HAPPY BIRTHDAY BABE RUTH
Megacards, The Babe Ruth Collection, 1992, Card 116.
George Herman “Babe” Ruth was
born into a poor family along Baltimore’s waterfront in 1895 in what is now the
Camden Yards neighborhood. Of eight
children, only Babe and a younger sister survived infancy. “I spent most of the first 7 years of my life
living above my father’s saloon. When I
wasn’t living over it, I was in it,” Babe said.
Largely unsupervised, he began to chew tobacco, drink, and roam the
streets. His parents placed him in St.
Mary’s Industrial School for Boys until baseball rescued him from the
reformatory during his teenage years. He
died of throat cancer in 1948 at the age of 53.

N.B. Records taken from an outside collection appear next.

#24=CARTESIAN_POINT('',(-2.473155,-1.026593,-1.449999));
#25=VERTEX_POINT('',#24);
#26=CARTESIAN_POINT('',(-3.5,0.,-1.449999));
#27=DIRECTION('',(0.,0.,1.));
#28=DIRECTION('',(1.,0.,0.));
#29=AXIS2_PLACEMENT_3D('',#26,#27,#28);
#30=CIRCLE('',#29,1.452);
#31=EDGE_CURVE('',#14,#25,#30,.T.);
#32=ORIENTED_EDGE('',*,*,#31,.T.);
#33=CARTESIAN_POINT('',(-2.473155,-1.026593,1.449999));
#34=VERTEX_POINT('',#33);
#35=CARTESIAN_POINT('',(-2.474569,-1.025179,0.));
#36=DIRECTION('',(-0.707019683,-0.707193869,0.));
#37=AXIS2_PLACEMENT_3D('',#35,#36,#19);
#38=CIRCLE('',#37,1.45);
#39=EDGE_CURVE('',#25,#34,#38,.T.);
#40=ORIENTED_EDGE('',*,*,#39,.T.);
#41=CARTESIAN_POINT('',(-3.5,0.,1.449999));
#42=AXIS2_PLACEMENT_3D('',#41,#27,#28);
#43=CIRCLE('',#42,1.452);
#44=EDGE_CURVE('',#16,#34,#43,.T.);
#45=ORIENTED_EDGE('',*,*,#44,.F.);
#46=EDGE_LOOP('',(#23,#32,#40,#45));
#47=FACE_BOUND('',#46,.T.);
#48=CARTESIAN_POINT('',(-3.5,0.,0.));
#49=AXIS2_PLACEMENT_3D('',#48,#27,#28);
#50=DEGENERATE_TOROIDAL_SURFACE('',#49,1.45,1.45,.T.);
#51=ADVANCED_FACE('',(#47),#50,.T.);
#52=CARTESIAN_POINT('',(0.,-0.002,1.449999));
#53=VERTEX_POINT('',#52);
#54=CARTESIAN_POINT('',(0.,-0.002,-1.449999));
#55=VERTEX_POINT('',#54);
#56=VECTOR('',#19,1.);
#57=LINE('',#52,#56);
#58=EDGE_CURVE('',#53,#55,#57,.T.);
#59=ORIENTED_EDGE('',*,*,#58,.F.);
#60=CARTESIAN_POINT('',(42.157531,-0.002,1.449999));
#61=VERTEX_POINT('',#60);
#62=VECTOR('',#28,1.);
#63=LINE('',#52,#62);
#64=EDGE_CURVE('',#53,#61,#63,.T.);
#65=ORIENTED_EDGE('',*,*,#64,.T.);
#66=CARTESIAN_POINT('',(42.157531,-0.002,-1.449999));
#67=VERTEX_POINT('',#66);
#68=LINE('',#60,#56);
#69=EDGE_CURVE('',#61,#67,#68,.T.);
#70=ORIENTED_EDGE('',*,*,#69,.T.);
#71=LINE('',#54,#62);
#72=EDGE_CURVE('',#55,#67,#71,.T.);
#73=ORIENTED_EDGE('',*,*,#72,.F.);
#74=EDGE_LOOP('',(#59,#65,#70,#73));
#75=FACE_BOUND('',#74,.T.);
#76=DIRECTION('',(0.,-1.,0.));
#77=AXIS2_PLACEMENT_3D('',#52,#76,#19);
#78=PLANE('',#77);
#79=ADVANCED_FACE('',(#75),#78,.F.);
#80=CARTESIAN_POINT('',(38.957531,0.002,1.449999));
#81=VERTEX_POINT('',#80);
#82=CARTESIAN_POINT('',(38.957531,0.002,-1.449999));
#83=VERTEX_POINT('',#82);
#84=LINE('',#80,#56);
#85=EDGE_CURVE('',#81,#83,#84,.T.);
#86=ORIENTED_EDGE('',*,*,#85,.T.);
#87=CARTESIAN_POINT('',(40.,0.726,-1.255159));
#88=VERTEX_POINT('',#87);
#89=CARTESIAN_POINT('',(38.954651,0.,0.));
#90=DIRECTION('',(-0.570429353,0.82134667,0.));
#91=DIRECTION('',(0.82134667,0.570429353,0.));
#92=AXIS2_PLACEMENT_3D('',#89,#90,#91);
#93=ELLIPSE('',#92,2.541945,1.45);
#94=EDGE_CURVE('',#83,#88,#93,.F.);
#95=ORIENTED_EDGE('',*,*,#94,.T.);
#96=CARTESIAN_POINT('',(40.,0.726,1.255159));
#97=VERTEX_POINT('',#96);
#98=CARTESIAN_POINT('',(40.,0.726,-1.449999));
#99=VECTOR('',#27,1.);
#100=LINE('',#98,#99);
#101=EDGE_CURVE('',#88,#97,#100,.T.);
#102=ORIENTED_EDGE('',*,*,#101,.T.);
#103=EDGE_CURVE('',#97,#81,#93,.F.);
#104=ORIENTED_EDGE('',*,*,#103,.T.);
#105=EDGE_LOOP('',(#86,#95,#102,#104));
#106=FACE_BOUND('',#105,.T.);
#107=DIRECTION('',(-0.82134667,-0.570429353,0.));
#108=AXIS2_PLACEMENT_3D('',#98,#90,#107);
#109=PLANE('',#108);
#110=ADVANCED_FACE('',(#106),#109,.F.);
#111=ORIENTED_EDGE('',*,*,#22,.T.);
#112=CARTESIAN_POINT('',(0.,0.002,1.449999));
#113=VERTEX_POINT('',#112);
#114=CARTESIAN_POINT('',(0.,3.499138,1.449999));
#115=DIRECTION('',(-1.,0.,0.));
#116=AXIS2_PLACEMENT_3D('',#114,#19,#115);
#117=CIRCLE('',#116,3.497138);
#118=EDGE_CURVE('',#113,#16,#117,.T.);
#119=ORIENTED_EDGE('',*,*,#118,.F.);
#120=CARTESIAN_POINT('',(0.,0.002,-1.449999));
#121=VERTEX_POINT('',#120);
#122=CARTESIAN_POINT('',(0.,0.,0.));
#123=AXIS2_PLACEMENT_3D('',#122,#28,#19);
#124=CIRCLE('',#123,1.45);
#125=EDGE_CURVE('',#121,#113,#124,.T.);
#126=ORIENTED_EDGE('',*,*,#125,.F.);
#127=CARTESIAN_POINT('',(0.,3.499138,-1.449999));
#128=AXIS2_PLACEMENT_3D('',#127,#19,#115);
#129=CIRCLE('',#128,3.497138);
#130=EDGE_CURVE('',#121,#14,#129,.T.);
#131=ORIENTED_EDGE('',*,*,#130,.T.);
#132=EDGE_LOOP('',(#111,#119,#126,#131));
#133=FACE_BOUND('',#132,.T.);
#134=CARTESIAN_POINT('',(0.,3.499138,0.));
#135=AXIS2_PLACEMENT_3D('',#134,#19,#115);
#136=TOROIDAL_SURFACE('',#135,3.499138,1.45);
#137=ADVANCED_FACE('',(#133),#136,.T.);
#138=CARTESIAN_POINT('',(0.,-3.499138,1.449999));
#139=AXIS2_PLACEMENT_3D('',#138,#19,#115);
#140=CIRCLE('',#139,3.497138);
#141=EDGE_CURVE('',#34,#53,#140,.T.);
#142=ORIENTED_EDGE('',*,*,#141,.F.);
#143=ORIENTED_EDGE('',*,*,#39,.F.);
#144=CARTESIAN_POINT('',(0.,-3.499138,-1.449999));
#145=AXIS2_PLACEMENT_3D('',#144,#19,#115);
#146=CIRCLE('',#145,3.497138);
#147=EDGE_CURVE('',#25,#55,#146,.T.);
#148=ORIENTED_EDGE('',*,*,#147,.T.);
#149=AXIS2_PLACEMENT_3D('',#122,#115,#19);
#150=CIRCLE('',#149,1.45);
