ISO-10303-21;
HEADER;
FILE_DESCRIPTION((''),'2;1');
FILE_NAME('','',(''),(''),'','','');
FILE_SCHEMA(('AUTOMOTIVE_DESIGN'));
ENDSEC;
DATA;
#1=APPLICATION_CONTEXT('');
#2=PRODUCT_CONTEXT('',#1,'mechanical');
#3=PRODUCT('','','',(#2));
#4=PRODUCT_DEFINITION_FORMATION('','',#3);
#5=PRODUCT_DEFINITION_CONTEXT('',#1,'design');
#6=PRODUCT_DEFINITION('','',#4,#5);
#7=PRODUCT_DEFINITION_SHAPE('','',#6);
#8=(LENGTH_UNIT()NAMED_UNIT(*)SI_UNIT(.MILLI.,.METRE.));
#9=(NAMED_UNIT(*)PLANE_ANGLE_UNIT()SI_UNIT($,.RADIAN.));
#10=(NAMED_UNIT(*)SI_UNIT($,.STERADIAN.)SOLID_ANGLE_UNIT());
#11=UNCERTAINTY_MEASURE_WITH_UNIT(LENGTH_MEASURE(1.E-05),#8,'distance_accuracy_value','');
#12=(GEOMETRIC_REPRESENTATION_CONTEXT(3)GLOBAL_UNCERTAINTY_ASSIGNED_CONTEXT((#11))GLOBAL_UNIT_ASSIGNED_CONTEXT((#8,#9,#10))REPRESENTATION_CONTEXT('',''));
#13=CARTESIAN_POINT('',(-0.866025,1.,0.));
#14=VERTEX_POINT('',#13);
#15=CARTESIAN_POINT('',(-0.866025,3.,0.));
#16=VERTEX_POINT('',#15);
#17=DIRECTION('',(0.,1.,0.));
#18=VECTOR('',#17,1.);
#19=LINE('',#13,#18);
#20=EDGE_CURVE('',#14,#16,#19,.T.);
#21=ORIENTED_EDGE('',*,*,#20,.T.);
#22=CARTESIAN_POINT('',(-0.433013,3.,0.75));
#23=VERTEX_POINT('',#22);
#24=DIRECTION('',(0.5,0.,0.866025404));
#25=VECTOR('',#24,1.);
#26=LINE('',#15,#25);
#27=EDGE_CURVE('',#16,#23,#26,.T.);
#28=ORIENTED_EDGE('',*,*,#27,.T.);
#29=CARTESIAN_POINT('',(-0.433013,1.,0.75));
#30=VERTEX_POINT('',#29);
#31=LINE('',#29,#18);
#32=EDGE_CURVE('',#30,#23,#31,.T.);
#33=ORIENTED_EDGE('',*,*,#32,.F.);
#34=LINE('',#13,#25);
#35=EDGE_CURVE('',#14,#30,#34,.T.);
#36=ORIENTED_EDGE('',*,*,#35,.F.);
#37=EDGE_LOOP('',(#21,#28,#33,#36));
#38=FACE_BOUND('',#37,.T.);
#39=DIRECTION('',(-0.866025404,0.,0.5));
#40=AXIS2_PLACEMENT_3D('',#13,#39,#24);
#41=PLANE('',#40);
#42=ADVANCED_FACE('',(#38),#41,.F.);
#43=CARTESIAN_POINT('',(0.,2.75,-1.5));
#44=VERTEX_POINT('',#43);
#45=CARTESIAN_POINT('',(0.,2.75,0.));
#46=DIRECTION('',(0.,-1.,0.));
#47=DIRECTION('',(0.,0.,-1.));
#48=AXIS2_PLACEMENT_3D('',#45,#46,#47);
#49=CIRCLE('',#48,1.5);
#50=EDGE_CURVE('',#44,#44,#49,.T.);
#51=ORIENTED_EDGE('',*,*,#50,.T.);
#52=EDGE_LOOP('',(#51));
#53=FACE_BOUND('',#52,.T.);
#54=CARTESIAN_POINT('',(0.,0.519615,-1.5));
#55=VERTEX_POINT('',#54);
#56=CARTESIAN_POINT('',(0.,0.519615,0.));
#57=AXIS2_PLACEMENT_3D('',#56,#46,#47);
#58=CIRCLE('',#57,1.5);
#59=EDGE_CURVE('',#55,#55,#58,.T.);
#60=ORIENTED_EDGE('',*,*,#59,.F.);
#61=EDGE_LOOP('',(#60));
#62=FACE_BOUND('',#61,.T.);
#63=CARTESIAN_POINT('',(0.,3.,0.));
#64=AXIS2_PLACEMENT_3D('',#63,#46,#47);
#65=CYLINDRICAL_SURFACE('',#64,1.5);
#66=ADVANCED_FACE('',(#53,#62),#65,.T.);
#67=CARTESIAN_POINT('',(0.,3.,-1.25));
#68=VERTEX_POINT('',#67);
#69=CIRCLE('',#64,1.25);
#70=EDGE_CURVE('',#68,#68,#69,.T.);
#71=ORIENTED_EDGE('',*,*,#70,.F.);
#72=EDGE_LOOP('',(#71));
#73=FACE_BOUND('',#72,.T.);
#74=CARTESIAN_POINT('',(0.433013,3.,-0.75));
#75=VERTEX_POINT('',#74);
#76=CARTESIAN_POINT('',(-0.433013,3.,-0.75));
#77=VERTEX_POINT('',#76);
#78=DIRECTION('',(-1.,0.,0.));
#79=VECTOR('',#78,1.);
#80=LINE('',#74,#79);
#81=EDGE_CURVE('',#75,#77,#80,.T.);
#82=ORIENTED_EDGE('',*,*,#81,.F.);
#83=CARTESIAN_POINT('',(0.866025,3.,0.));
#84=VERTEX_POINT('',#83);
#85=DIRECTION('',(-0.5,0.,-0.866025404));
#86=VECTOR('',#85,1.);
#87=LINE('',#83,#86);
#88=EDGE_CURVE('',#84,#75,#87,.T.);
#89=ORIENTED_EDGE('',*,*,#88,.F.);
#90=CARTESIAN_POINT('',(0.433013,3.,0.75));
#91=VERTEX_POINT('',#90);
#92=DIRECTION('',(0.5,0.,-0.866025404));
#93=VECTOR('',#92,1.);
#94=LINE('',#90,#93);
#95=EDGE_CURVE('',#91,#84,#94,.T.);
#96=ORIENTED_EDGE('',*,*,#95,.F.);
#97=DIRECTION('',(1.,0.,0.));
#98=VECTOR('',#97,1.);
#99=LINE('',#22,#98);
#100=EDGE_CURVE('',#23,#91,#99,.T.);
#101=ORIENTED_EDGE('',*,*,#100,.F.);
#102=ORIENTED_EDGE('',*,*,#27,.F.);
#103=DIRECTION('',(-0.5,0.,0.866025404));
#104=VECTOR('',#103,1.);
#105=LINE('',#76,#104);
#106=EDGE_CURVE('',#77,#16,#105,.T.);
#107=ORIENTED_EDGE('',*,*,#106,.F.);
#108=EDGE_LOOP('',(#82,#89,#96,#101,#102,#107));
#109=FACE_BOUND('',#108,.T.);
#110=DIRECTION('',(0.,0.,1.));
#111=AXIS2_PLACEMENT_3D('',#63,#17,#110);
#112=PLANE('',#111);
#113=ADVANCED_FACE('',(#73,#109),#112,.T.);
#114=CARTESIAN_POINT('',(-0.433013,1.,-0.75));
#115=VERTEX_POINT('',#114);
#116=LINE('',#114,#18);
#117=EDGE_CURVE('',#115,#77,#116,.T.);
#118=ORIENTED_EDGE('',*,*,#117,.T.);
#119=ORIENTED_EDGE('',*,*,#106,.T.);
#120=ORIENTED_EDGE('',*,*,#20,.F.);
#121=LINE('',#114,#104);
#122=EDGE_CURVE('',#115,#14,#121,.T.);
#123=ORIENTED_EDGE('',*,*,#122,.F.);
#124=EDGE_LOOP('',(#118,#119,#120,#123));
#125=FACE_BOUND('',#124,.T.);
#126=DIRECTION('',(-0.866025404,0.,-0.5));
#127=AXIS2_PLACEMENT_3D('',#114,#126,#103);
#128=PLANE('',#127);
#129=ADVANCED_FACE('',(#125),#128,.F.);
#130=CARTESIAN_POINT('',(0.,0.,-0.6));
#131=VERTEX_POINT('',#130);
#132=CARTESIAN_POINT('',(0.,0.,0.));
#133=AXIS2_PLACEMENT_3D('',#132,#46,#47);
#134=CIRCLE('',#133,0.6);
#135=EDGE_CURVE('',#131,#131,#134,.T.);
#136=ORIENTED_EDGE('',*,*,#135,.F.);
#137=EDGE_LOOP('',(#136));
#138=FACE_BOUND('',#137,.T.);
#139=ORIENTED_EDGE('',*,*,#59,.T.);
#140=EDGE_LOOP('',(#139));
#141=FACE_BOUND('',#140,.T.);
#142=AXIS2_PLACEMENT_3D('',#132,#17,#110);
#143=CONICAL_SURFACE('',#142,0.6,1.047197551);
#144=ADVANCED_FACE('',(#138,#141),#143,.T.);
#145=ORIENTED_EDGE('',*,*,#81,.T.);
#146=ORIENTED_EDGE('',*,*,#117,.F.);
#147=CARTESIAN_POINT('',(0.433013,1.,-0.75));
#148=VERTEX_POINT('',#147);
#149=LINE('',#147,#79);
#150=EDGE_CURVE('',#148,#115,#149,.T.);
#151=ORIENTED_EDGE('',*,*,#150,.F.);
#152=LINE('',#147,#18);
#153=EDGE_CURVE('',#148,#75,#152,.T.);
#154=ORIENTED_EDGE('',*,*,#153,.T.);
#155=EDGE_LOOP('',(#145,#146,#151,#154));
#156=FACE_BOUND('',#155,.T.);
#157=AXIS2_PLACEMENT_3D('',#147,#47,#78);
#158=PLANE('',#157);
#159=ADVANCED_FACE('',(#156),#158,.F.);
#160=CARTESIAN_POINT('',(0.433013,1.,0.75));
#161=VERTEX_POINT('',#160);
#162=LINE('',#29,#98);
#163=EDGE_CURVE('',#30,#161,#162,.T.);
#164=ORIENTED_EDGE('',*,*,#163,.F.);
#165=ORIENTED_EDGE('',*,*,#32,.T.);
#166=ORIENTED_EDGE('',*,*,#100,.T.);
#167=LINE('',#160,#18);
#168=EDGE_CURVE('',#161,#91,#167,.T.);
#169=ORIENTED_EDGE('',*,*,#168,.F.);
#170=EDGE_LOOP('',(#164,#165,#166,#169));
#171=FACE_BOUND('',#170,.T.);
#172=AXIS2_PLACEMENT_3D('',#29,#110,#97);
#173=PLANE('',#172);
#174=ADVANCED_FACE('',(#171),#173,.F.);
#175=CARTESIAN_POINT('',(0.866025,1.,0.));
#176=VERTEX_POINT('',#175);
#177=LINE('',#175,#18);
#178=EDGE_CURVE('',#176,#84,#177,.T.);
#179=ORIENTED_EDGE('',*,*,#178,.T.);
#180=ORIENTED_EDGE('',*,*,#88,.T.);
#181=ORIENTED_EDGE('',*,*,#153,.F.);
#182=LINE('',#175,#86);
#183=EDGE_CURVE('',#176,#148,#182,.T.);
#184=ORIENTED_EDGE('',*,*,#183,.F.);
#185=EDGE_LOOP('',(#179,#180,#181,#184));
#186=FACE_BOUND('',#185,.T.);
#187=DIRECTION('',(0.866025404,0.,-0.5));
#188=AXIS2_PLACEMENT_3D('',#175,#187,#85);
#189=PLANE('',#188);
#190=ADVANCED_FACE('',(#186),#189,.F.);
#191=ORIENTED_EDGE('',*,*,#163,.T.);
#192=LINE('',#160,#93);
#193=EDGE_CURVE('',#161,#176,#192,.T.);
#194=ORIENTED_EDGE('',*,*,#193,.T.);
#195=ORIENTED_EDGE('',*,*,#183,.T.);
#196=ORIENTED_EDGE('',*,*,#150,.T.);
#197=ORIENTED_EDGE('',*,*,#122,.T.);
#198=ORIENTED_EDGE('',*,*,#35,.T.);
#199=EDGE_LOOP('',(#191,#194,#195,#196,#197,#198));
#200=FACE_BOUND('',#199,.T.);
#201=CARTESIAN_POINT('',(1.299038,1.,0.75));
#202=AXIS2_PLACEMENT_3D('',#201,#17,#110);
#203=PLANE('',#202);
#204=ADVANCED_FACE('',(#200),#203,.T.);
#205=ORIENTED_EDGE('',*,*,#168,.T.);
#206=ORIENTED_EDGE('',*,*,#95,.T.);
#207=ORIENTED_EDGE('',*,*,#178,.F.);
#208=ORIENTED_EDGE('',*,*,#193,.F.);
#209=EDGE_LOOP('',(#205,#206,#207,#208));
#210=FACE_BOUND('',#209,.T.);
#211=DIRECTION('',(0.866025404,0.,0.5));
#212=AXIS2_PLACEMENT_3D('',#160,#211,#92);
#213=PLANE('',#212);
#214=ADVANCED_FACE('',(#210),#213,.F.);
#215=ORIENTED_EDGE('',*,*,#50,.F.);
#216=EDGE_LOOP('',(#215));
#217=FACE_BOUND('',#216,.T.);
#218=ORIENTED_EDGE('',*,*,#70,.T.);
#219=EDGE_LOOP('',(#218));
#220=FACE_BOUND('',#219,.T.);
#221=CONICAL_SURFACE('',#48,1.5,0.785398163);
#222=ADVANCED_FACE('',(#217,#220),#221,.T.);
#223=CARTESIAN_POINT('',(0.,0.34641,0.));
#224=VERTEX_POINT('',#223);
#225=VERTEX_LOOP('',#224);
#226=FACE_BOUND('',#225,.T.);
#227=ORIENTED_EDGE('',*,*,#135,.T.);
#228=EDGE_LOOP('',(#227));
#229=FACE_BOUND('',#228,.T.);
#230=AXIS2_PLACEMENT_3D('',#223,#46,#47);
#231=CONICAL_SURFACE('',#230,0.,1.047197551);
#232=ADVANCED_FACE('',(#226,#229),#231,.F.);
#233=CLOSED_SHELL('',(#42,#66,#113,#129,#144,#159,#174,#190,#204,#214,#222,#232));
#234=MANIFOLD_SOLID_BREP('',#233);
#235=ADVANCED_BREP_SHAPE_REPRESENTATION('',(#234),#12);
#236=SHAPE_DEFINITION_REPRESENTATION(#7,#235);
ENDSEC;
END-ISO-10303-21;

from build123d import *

# Parameters (mm, degrees)
CUT_EXTRUDE1_DEPTH = 2


with BuildPart() as part:
    # Sketch1 → Base-Revolve (revolve)
    with BuildSketch(Plane.XY, mode=Mode.PRIVATE) as base_revolve_sk:
        Polygon((0, 0.346410162), (0, 3), (1.25, 3), (1.5, 2.75), (1.5, 0.519615242), (0.6, 0), align=None)
    revolve(base_revolve_sk.sketch.rotate(Axis((0, 3, 0), (0, 1, 0)), 90), axis=Axis((0, 3, 0), (0, 1, 0)))  # turned: the seam where the file's is

    # Sketch2 → Cut-Extrude1 (cut)
    with BuildSketch(Plane(origin=(0, 3, 0), x_dir=(-1, 0, 0), z_dir=(0, 1, 0))):
        Polygon((-0.433012702, 0.75), (-0.866025404, 0), (-0.433012702, -0.75), (0.433012702, -0.75), (0.866025404, 0), (0.433012702, 0.75), align=None)
    extrude(amount=-CUT_EXTRUDE1_DEPTH, mode=Mode.SUBTRACT)


solid = part.part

Babe Ruth turned 33 years old on
Sunday, February 6, 1927. The Los
Angeles Times pictured him that day carrying a generous brace of ducks off
a dock on Sweetwater Lake near San Diego after the slugger went hunting for
some dinner.
Ruth needed the diversion. He’d been arrested three days earlier on a
charge of violating California’s child labor laws. As part of a vaudeville act, Ruth had called
a few boys on stage to receive autographed baseballs. An over-zealous state labor deputy nabbed the
home run king on the shaky grounds the boys had therefore become part of the
performance.
A court date was set for that
Monday. Ruth was not inclined to
appear. Laterally extending his nativity
on the calendar, he explained to reporters that the seventh was his birthday,
and he didn’t want to spend it in court.
He was soon acquitted of the frivolous
charge.
Megacards, The Babe Ruth Collection, 1992, Card 139.

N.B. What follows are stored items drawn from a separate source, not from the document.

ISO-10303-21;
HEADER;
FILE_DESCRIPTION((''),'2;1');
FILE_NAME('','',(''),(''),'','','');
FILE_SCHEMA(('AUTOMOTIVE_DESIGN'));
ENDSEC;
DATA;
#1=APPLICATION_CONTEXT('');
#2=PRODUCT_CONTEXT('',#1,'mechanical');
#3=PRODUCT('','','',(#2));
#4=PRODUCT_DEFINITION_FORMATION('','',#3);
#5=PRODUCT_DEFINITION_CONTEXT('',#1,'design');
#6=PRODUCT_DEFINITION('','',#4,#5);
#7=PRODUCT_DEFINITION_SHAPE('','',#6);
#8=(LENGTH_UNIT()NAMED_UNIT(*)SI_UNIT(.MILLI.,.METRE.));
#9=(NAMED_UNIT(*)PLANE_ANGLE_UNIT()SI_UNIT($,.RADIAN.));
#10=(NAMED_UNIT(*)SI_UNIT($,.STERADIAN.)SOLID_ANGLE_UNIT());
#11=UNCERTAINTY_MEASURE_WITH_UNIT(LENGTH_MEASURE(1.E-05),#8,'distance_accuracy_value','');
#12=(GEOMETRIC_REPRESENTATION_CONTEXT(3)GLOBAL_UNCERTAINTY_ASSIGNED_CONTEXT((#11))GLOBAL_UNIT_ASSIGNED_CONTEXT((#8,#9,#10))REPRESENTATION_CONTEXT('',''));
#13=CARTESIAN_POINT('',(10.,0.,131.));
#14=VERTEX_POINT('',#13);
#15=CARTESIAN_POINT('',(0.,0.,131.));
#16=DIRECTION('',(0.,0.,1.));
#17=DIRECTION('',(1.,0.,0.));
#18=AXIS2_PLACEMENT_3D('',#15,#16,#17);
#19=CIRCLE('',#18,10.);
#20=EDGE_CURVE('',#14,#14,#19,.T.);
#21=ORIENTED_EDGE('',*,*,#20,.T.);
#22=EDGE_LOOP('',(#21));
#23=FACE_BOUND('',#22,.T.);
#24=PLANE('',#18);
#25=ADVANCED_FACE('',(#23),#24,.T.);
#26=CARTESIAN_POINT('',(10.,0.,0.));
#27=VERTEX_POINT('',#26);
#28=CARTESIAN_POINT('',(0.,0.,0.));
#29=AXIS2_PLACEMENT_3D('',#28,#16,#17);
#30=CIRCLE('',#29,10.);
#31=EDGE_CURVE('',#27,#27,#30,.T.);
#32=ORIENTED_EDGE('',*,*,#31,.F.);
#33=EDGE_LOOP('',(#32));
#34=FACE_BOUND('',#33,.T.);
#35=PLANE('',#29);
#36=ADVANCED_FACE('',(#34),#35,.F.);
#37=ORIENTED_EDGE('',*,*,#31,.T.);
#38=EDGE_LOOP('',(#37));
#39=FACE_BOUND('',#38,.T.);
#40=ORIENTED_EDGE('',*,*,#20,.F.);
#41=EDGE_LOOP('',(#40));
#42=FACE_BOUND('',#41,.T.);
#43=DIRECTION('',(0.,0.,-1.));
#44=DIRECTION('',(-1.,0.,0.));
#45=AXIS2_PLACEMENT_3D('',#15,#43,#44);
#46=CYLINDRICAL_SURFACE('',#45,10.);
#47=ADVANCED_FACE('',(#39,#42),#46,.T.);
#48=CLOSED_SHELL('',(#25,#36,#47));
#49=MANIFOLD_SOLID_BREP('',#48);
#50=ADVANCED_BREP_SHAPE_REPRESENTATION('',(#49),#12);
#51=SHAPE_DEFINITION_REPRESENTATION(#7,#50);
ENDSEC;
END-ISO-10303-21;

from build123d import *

# Parameters (mm, degrees)
CROQUIS1_R              = 10
SALIENTE_EXTRUIR1_DEPTH = 131


with BuildPart() as part:
    # Croquis1 → Saliente-Extruir1 (new body)
    with BuildSketch(Plane.XY):
        Circle(CROQUIS1_R)
    extrude(amount=SALIENTE_EXTRUIR1_DEPTH)


solid = part.part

Ruth was often described as
just a big kid himself. “The Babe never grew old,” said his wife,
Claire. “He was excited about each new
day—the way a kid is when he wakes up in the morning.” Babe never forgot the hard times of his
youth, and he visited orphanages and hospital wards during his playing career
and in later life. “Babe visited dozens
of hospitals because he loved children, not because he was looking for
publicity,” teammate Lefty Gomez said.
“I knew plenty of hospitals he went to that nobody knew about, which was
the way he wanted it.”
In early March of 1927, Ruth
signed the biggest contract to date in baseball history, agreeing to a
three-year term with the Yankees at $70,000 per year. The salary exceeded the annual contract of Baseball
Commissioner Kenesaw Mountain Landis by $5,000 and beat Ty Cobb’s paycheck by
$10,000.
Full-time umpire and nighthawk
writer Billy Evans gave Ruth a birthday present in a story that circulated before
the signing, lauding the Babe’s all-around skills in the outfield, on the
basepaths, and at the plate.
“As a matter of fact, there are
not more than half dozen outfielders who can cover more ground than Ruth,”
Evans began. “When it comes to throwing,
Tris Speaker is the only left-hand
throwing outfielder who is more accurate.
Ruth gets greater distance. On
the bases, for a big fellow Ruth is remarkably fast. He tops his speed with a deceptive slide. At bat, Ruth is much more than a mere
slugger,” Evans concluded. “He is an
adept bunter, drags the ball well, and when he wants to, can hit to most any
field.”
But his home runs made the
biggest news that year. All spring and
summer, Ruth and Lou Gehrig hammered American League pitching. On Labor Day, both were tied with 44 home
runs in a battle to break Ruth’s then-record of 59. Baseball had never seen anything like
it. Then Gehrig somehow lost his stroke
and went 19 games without putting a ball into the seats; Ruth hit five in the
next two days and added 11 more as the season ran down.
In the midst of the race to 60, Paul Gallico considered the man with the big
swing.
“Ruth without temptation might be
a pretty ordinary fellow. Part of his
charm lies in the manner in which he succumbs to every temptation that comes
his way,” the New York Daily News columnist mused. “Ruth is either planning to cut loose, is
cutting loose, or is repenting the last time he cut loose. He is a news story on legs going about
looking for a place to happen.”
Gallico also saw virtue between
the lines. The writer buttonholed Yankee
owner Jacob Ruppert in an open letter supporting Ruth’s demand for a
raise. “There’s this too,” Gallico
began. “The Babe is honest. Certainly his name has never been linked with
ball games bought and paid for, presents to pitchers, pools and all the other
pretty things that have been uncovered recently,” the columnist warned. “Because if you want baseball to have a real jolt
from which it would take years to recover, let there be a proved story that
Ruth is crooked.”
Babe Ruth. The one
and only. Happy Birthday.
Topps Conlon Collection, 1995, Babe Ruth’s 100th Birthday.